Послышался хруст веток, и, чуть не налетев на Минера, из кустов выскочил немецкий солдат.
«– А! – произнес он. – A, bitte!
Он был белобрыс и очень напуган.
Увидев наши пилотки, он сначала замер в недоумении, а потом на лице его отразился ужас.
– О! – выдавил он из себя и перевел взгляд на унтер-офицера. По его лицу разлилась бледность.
– О! Ты, пес! – спокойно произнес Минер и направил ему в лоб дуло пистолета. Дрожа от страха, немец, как побитая собака, безмолвно молил о пощаде. Во взгляде Минера он читал ненависть. На лице своего унтер-офицера видел осуждение. По тому, как тряслись кончики его пальцев, я понял, что этот немец – никудышный вояка.
– О! – повторил он снова.
Мы связали ему руки веревкой. Идти он должен был за Минером.
Наш командир, видно, сразу смекнул, что такой замухрышистый немец может дать важные сведения. Ведь на унтер-офицера нечего и надеяться…
Ситуация осложнилась. Нас стало девять. Если мы напоремся на группу вооруженных карателей, то откроем огонь, и пленные для нас – только обуза.
– Шагай побыстрей, человече! – вполголоса приказал мне Минер. – Поднажми, нужно быть попроворней, а то придется целый полк конвоировать.
Минер любил съязвить. Мы пошли быстрее, зорко наблюдая за пленными. Особенно усердствовал старик. Он то и дело понукал немцев, покрикивая и злорадно посматривая на них.
– Помолчи, старик, – зашипел Минер. – Прикуси язычок.
Тот на минуту смолк. Но вскоре опять принялся подгонять пленных. На их лицах застыло каменное выражение. Мы втроем вели каждого из фашистов. Они были откормленными и сильными, и только страх оказаться пристреленными мешал им предпринять попытку к бегству.

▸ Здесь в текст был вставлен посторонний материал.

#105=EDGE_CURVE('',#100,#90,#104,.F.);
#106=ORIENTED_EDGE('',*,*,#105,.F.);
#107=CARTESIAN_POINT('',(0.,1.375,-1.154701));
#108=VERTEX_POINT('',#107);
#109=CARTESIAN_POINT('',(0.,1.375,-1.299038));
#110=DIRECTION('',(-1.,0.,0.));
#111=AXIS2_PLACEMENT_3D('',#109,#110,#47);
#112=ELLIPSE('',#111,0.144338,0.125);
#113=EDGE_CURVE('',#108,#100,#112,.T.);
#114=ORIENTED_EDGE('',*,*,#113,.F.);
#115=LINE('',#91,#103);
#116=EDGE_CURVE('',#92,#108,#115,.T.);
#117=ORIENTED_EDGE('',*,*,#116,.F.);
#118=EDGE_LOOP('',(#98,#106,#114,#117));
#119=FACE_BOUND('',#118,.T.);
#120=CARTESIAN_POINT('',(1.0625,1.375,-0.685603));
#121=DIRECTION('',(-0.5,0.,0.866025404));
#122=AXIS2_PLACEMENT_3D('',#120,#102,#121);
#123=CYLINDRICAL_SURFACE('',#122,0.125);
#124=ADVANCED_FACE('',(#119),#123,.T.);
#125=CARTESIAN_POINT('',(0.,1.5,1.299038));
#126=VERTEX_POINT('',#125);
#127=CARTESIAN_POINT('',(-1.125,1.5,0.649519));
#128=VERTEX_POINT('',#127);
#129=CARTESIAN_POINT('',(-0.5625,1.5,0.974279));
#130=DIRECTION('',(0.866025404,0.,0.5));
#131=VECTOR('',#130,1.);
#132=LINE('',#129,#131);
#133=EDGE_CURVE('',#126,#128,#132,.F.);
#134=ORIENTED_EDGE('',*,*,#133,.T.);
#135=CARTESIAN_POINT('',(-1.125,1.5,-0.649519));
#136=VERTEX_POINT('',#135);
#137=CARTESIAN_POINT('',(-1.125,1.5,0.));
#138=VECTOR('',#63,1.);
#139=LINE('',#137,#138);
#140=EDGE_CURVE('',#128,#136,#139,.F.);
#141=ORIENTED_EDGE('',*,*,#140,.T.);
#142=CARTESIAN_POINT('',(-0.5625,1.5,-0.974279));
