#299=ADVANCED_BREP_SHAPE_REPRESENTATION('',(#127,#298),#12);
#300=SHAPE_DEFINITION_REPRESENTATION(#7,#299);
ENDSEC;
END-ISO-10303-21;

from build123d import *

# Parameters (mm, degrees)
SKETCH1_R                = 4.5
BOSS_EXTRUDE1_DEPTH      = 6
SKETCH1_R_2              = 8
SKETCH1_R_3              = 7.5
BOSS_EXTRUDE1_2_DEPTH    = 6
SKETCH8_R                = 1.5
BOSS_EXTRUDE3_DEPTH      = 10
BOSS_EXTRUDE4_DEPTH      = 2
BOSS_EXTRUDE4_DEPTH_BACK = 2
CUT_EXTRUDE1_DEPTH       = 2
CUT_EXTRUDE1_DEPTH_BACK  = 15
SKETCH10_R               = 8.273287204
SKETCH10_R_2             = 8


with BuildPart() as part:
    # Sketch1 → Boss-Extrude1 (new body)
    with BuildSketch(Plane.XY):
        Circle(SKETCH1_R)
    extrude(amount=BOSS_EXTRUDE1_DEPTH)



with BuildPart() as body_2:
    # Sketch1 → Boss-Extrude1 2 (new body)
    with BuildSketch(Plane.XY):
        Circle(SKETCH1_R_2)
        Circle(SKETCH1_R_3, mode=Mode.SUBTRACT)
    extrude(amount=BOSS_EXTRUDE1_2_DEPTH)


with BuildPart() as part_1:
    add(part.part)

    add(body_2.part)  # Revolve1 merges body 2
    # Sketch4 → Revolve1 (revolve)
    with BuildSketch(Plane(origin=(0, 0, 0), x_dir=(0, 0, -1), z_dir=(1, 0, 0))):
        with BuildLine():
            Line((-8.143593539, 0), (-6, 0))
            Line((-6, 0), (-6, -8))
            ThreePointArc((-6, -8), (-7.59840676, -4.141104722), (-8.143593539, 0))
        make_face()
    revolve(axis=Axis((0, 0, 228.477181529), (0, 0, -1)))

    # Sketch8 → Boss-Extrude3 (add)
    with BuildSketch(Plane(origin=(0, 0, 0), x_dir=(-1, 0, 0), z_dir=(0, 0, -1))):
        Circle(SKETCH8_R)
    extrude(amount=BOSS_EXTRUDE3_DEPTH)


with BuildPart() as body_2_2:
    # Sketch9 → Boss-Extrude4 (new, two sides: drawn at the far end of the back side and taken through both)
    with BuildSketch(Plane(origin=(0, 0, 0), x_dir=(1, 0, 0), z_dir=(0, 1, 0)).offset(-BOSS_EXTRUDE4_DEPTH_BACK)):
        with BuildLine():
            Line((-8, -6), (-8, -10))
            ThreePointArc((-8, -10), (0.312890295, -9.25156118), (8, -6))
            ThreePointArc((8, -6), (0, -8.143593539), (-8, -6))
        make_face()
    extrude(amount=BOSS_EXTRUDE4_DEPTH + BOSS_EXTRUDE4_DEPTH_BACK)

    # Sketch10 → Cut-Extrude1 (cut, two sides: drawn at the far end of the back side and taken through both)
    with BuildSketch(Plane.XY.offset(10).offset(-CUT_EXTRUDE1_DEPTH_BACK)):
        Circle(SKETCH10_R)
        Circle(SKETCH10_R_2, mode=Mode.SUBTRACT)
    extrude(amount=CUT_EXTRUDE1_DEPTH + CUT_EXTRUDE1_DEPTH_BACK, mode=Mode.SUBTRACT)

На первом же привале Минеру удалось выжать у младшего немца кое-какие сведения. Оказалось, весь этот район, длиной в восемь километров, занимало его подразделение – 86-й егерский батальон гренадерского полка, численностью восемьсот человек!
– Здесь? – спросил Минер, когда мы миновали предполагаемую границу, до которой доходили патрули карательного батальона, и пленный, поняв его, подтвердил это кивком головы.
Мы изнемогали от усталости и вынуждены были остановиться.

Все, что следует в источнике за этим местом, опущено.